# Lousy hunting....So i watched these guys.



## stihl sawing (Nov 18, 2009)

too hot to hunt the first two days so i sat around and watched these loggers. Pretty cool stuff. They put in some long hours and are really good at operating those machines. Especially the guy that delimbs the trees. Wish i had a video camera but the still pics will have to do. Will take a while to load all of them.







Of course i get to clown around a little when nothing is operating.


----------



## stihl sawing (Nov 18, 2009)




----------



## stihl sawing (Nov 18, 2009)




----------



## stihl sawing (Nov 18, 2009)




----------



## stihl sawing (Nov 18, 2009)

The cutting end of the delimber, A rifle is shown for length. The teeth on that chain looked to be an inch long.


----------



## stihl sawing (Nov 18, 2009)




----------



## stihl sawing (Nov 18, 2009)

I really enjoyed watching them and talked to a couple of them. Mentioned chainsaws and they don't even carry one. they were some really nice guys, Looked like a lot of fun to me.


----------



## ShoerFast (Nov 18, 2009)

stihl sawing said:


> I really enjoyed watching them and talked to a couple of them. Mentioned chainsaws and they don't even carry one. they were some really nice guys, Looked like a lot of fun to me.
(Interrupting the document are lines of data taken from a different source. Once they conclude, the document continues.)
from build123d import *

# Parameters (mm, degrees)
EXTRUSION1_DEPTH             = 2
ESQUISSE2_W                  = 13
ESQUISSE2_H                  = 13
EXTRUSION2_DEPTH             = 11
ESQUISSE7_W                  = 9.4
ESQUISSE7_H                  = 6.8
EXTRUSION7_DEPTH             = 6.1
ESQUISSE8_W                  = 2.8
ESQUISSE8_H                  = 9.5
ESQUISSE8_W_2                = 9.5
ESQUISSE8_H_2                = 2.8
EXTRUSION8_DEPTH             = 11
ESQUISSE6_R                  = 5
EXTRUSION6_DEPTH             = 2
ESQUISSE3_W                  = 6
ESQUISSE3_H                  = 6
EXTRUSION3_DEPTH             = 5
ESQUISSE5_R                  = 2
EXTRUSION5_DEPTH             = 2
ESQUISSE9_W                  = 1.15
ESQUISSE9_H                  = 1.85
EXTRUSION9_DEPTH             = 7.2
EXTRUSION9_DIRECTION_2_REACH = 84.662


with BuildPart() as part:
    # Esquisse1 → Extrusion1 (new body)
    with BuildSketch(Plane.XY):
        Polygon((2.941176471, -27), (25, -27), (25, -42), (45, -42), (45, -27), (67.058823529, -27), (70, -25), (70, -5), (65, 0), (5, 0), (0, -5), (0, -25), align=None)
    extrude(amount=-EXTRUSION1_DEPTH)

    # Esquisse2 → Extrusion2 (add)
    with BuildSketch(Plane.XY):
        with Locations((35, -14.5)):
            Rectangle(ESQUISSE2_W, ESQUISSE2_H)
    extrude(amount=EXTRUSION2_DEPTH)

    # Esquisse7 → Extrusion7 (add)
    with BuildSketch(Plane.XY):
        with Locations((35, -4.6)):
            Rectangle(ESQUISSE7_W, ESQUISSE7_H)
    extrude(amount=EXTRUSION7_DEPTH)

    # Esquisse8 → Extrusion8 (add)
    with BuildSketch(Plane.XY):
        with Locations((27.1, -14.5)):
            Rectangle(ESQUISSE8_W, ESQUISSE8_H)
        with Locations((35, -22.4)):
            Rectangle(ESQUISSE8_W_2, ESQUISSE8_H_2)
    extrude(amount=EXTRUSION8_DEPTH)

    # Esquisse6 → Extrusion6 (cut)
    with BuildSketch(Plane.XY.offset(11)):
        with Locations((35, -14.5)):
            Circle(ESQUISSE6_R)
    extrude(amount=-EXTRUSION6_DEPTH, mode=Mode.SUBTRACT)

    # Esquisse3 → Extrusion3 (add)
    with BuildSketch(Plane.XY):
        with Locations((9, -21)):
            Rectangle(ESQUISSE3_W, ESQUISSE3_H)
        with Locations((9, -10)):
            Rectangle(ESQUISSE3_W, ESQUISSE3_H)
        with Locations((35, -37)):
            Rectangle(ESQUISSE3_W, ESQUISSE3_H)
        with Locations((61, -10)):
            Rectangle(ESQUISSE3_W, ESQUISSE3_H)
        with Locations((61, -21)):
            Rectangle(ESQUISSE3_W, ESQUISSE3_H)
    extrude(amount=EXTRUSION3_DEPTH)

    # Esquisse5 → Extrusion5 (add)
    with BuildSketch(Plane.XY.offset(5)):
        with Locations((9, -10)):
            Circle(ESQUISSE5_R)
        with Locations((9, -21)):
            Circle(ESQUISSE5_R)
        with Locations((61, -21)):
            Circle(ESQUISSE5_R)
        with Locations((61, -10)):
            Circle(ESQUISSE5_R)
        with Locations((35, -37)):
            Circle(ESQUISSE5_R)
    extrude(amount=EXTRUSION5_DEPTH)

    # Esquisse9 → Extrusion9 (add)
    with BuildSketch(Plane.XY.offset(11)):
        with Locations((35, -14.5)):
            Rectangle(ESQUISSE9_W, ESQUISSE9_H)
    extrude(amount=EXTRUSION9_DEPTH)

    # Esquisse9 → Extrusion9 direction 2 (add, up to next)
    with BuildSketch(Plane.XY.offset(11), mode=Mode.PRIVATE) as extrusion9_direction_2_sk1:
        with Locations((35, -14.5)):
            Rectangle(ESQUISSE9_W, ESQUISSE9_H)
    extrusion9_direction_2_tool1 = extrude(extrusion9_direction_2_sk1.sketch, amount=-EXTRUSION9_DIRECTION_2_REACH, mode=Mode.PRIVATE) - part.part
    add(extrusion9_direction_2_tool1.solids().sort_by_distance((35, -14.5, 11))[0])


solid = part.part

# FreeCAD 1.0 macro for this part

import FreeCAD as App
import Part
import Sketcher
from FreeCAD import Vector

doc = App.newDocument("Part")
params = doc.addObject("Spreadsheet::Sheet", "Params")
for row, (alias, value) in enumerate([
    ("sketch1_width", "20 mm"),
    ("sketch1_width2", "60 mm"),
    ("sketch1_height", "15 mm"),
    ("pad1_length", "2 mm"),
    ("sketch2_width", "13 mm"),
    ("pad2_length", "11 mm"),
    ("sketch3_width", "9.4 mm"),
    ("sketch3_height", "6.8 mm"),
    ("pad3_length", "6.1 mm"),
    ("sketch4_width", "2.8 mm"),
    ("sketch4_width2", "9.5 mm"),
    ("pad4_length", "11 mm"),
    ("sketch5_diameter", "10 mm"),
    ("pocket1_length", "2 mm"),
    ("sketch6_width", "6 mm"),
    ("pad5_length", "5 mm"),
    ("sketch7_diameter", "4 mm"),
    ("pad6_length", "2 mm"),
    ("sketch8_width", "1.15 mm"),
    ("sketch8_height", "1.85 mm"),
    ("pad7_length", "7.2 mm"),
    ("sketch9_width", "1.15 mm"),
    ("sketch9_height", "1.85 mm"),
], start=1):
    params.set(f"A{row}", alias)
    params.set(f"B{row}", "=" + value)
    params.setAlias(f"B{row}", alias)

body = doc.addObject("PartDesign::Body", "Body")
body.AllowCompound = True

# Sketch on XY plane
sketch1 = body.newObject("Sketcher::SketchObject", "Sketch")
sketch1.AttachmentSupport = (doc.getObject("XY_Plane"), [""])
sketch1.MapMode = "FlatFace"
sketch1.addGeometry([
    Part.LineSegment(Vector(2.941176, -27, 0), Vector(25, -27, 0)),  # 0
    Part.LineSegment(Vector(25, -27, 0), Vector(25, -42, 0)),  # 1
    Part.LineSegment(Vector(25, -42, 0), Vector(45, -42, 0)),  # 2
    Part.LineSegment(Vector(45, -42, 0), Vector(45, -27, 0)),  # 3
    Part.LineSegment(Vector(45, -27, 0), Vector(67.058824, -27, 0)),  # 4
    Part.LineSegment(Vector(67.058824, -27, 0), Vector(70, -25, 0)),  # 5
    Part.LineSegment(Vector(70, -25, 0), Vector(70, -5, 0)),  # 6
    Part.LineSegment(Vector(70, -5, 0), Vector(65, 0, 0)),  # 7
    Part.LineSegment(Vector(65, 0, 0), Vector(5, 0, 0)),  # 8
    Part.LineSegment(Vector(5, 0, 0), Vector(0, -5, 0)),  # 9
    Part.LineSegment(Vector(0, -5, 0), Vector(0, -25, 0)),  # 10
    Part.LineSegment(Vector(0, -25, 0), Vector(2.941176, -27, 0)),  # 11
], False)
sketch1.addConstraint([
    Sketcher.Constraint("Coincident", 0, 2, 1, 1),
    Sketcher.Constraint("Coincident", 1, 2, 2, 1),
    Sketcher.Constraint("Coincident", 2, 2, 3, 1),
    Sketcher.Constraint("Coincident", 3, 2, 4, 1),
    Sketcher.Constraint("Coincident", 4, 2, 5, 1),
    Sketcher.Constraint("Coincident", 5, 2, 6, 1),
    Sketcher.Constraint("Coincident", 6, 2, 7, 1),
    Sketcher.Constraint("Coincident", 7, 2, 8, 1),
    Sketcher.Constraint("Coincident", 8, 2, 9, 1),
    Sketcher.Constraint("Coincident", 9, 2, 10, 1),
    Sketcher.Constraint("Coincident", 10, 2, 11, 1),
    Sketcher.Constraint("Coincident", 11, 2, 0, 1),
    Sketcher.Constraint("Horizontal", 0),
    Sketcher.Constraint("Vertical", 1),
    Sketcher.Constraint("Horizontal", 2),
    Sketcher.Constraint("Vertical", 3),
    Sketcher.Constraint("Horizontal", 4),
    Sketcher.Constraint("Vertical", 6),
    Sketcher.Constraint("Horizontal", 8),
    Sketcher.Constraint("Vertical", 10),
Funny the driver did not have a saw, as you would think that it could sure cure a log that was not obeying the rules and hanging out too far? If you will note, the skidder is curing one in your pictures. ) 

Few years ago my dad, nephew and I stopped to watch an operation. The feller-buncher was done, the skidder operator was way ahead of the slasher and stopped to chat. When he needed to make another run he asked if my nephew would like to 'help' , didn't have to ask twice! 

He made one of the happiest 8 year-olds ever! Riding in the skidder as he passed our camera the driver let his steer over the windrows of tops. 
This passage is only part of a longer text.